テーマ:Triadic relation among Chinese, Japanese and Taiwanese: The Magic of Triads, Understanding international group relation from behavioral experiments.
講師:江 彦生(中央研究院社会学研究所・副研究員)
報告:段 家誠(本学国際観光学部教授)

2019年6月27日、台湾の中央研究院より江 彦生副研究員を招いて第49回研究フォーラムを開催しました。

 今回、江副研究員は、阪南大学に短期招聘で来られ筆者と共同研究を進めた。今回の短期招聘で江副研究員と筆者は、Heiderの三者関係論を台湾、中国、日本の国際関係に応用する手法で研究を進めた。三者関係論は、台湾人、中国人、日本人が、それぞれを信任するかどうかで得られる報酬が異なるというモデルをいくつか検討するものである。本研究フォーラムはその短期招聘での研究成果でもある。
 当日の参加者は19名であった。報告は英語で行われ、適宜日本語と中国語も使われた。フロアの専任教員からは質問がなされ、活発な質疑応答が行われた。
 江副研究員の専門は社会学の社会ネットワーク研究でさらにその中でも、構造的均衡 (Structural Balance)理論について詳しい。構造的均衡は社会学のうち社会ネットワークにおける重要な理論の一つである。同理論は、ドイツのFritz Heider(1896-1988)が1950年代に提唱したものである。構造的均衡理論が求める問いは、3つの個体の関係について、そのうちのいずれか1つの関係の変化がその他の2つの関係の発展にどのような影響を及ぼすのかという点である。
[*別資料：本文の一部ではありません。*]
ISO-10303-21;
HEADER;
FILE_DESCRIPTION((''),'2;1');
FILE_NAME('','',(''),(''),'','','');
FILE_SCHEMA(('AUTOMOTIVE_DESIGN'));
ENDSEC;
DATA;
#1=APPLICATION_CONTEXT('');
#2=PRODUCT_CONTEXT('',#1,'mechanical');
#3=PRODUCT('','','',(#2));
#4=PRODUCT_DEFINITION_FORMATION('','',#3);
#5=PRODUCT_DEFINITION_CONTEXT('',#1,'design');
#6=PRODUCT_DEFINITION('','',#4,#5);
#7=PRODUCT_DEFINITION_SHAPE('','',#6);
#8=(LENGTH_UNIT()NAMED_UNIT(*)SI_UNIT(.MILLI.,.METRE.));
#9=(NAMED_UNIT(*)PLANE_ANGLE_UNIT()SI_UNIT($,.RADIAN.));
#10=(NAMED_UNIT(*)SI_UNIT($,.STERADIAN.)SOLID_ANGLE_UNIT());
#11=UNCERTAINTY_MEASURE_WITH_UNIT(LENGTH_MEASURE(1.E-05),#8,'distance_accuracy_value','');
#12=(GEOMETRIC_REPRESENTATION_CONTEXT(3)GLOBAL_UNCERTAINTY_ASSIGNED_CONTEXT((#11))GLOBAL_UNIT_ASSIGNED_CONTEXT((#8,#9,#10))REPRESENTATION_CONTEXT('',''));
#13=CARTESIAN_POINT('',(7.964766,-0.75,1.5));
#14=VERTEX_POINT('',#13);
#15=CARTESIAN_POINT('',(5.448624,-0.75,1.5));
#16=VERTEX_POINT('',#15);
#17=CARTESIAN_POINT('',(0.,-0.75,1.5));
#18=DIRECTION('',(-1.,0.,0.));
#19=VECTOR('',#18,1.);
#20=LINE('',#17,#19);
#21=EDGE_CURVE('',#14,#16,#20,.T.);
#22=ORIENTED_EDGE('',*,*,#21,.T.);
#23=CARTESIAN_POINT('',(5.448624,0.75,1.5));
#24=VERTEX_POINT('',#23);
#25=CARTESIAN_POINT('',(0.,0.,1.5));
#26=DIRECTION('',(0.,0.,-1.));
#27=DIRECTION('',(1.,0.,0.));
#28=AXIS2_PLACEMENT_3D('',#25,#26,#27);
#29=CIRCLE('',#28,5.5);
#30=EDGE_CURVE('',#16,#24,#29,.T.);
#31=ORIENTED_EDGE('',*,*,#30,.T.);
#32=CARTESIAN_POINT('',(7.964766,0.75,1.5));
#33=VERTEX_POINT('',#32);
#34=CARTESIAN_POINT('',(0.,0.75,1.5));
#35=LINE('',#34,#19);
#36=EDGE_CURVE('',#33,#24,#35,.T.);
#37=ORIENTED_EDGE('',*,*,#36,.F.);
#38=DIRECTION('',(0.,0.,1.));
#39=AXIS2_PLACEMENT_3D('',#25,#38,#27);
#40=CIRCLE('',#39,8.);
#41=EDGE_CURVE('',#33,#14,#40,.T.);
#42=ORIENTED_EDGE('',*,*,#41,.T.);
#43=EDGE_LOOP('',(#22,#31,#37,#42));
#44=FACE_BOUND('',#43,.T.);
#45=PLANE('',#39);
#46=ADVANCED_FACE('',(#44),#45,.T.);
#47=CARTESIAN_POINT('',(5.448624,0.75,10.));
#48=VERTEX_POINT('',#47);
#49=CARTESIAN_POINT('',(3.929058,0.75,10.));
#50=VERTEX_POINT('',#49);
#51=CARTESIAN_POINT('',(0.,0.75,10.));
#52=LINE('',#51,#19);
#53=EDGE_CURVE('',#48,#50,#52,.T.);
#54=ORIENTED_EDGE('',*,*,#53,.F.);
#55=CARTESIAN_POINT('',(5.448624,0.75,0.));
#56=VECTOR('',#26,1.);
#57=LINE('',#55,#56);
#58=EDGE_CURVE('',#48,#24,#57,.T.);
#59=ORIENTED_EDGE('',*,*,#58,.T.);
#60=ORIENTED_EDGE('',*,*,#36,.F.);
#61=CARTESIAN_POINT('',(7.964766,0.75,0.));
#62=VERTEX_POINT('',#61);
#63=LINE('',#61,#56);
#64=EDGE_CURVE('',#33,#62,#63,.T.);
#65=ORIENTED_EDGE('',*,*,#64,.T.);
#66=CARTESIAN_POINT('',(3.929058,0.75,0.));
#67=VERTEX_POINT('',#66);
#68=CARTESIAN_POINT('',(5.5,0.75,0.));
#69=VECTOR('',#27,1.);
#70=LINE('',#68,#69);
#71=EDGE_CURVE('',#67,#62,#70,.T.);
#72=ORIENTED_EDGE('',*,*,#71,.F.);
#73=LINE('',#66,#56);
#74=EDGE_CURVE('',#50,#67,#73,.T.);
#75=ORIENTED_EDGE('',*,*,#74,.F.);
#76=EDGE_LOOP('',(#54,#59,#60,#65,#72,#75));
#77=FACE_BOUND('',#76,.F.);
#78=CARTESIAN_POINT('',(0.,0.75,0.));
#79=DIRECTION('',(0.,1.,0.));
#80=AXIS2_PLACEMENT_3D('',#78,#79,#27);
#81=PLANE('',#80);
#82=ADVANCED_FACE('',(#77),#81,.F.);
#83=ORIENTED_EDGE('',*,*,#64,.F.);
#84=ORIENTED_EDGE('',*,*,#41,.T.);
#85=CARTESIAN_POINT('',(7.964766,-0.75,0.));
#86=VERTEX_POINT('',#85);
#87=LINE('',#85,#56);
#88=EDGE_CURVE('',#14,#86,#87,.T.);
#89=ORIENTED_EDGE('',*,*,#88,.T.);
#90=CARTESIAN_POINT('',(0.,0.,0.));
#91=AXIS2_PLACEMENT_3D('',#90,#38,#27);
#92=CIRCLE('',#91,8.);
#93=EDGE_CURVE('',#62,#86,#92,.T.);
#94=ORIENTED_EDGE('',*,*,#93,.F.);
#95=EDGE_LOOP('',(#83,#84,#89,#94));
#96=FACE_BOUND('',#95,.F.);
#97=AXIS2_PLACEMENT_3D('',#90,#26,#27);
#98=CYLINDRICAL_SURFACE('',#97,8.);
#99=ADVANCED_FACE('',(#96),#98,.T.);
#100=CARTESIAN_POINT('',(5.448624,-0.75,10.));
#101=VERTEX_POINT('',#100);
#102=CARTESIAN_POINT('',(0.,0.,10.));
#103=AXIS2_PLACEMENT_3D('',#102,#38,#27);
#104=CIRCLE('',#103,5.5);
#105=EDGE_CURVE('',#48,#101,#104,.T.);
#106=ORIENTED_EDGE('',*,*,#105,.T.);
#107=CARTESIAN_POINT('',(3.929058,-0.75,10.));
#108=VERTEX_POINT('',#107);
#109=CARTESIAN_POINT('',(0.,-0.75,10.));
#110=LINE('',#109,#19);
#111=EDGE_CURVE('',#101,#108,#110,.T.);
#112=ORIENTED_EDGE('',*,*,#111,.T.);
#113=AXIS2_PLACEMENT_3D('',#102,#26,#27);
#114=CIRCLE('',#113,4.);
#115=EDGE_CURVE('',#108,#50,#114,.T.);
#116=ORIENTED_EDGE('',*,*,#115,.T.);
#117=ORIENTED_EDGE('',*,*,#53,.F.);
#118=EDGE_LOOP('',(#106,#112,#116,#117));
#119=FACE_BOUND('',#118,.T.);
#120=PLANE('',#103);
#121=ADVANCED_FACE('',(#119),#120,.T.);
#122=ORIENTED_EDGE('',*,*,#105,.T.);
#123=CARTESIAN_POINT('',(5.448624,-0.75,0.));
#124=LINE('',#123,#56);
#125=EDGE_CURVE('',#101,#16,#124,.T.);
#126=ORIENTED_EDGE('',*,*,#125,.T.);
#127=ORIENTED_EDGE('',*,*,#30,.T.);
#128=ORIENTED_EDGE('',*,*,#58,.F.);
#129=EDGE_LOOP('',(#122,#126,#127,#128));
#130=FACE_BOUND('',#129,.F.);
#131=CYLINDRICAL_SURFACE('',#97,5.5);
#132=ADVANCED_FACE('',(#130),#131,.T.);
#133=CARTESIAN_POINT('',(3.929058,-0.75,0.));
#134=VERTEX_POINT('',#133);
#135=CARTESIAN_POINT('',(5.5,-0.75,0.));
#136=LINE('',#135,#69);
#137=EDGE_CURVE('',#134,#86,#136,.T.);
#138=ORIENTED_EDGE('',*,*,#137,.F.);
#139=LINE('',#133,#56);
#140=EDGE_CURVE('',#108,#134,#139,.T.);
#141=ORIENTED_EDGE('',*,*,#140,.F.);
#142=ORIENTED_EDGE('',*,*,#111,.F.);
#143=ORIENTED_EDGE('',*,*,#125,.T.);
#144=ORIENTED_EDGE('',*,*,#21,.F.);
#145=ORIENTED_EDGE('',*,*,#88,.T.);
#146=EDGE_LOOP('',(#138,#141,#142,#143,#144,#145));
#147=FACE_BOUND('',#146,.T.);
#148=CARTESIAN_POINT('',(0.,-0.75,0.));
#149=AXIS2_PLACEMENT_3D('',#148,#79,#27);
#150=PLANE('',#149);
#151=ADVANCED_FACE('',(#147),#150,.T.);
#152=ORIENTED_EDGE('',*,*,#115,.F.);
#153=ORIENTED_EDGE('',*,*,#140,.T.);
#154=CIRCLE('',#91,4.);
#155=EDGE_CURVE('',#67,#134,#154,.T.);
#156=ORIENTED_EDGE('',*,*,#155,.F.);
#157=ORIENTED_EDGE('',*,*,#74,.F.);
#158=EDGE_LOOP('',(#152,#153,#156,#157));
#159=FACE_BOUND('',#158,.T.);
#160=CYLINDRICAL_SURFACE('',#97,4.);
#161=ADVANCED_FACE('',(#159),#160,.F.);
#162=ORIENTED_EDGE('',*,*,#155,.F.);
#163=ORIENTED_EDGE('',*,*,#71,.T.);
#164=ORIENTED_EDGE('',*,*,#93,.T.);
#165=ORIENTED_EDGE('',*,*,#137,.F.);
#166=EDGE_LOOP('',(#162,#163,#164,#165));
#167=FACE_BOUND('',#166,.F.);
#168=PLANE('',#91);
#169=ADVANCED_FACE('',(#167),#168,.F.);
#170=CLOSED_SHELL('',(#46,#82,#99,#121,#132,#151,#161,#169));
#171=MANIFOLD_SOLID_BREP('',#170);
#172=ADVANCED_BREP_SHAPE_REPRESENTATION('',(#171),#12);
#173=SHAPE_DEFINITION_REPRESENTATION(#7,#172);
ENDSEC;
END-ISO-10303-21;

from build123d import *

# Parameters (mm, degrees)
BOX_W             = 11
BOX_H             = 1.5
BOX_DEPTH         = 15
CYLINDER002_R     = 4
CYLINDER002_DEPTH = 15
CYLINDER001_R     = 8
CYLINDER001_DEPTH = 1.5
CYLINDER_R        = 5.5
CYLINDER_DEPTH    = 10


with BuildPart() as cube:
    # Box → Box (new body)
    with BuildSketch(Plane(origin=(0, -0.75, 0), x_dir=(1, 0, 0), z_dir=(0, 0, 1))):
        with Locations((5.5, 0.75)):
            Rectangle(BOX_W, BOX_H)
    extrude(amount=BOX_DEPTH)


with BuildPart() as hole:
    # Cylinder002 → Cylinder002 (new body)
    with BuildSketch(Plane.XY):
        Circle(CYLINDER002_R)
    extrude(amount=CYLINDER002_DEPTH)


with BuildPart() as base:
    # Cylinder001 → Cylinder001 (new body)
    with BuildSketch(Plane.XY):
        Circle(CYLINDER001_R)
    extrude(amount=CYLINDER001_DEPTH)


with BuildPart() as cut001:
    # Cylinder → Cylinder (new body)
    with BuildSketch(Plane.XY):
        Circle(CYLINDER_R)
    extrude(amount=CYLINDER_DEPTH)

    # Fusion: union base
    add(base.part)

    # Cut: cut hole
    add(hole.part, mode=Mode.SUBTRACT)

    # Cut001: cut Cube
    add(cube.part, mode=Mode.SUBTRACT)


solid = cut001.part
台湾、中国、日本の関係を例にすれば、その三角関係において、そのうちの台湾と中国の関係の変化が、その他の中国と日本、台湾と日本の関係に影響を及ぼす可能性は高い。
 江副研究員は、これまでHeiderの理論を、台湾人と中国人の関係の解釈に応用している。今回、江副研究員は、その第三者に日本人が加わることにより、台湾人と中国人の関係に、必然的に微妙な変化が生じる可能性が高いと考え、阪南大学の筆者担当の講義を通じて簡単な実験調査を行なった。今回その予備的な調査の報告を研究フォーラムで行った。
 信頼の三者関係論(Triadic Trust)のモデルは、3名のプレーヤー(A: Trustor, B: Trustee, C: Judge)によって次のように展開される。AはBに対して信頼もしくは不信頼の2つの選択肢があり、信頼の選択肢の先にはCの選択が待っている。ここで、Aが信頼する理由はCが公正であるからとする。AとCの中間にいるBは、2つの選択肢があり、Aの信頼を尊重すればA、Bそれぞれに5点が入る。Bが信頼を尊重せずCに判断が任された場合、Cは、その信頼への懲罰容認の選択肢ではAにマイナス5点、Bに10点が付与される。それとは別の選択肢で、Bの懲罰的選択を罰するならばAに10点、Bにマイナス5点が付与される。
 上記のモデルを基本にして、A、B、Cにそれぞれ中国、台湾、日本の役割を与え、その役割をすべてのプレーヤーで替えて被験者の反応をみるものである。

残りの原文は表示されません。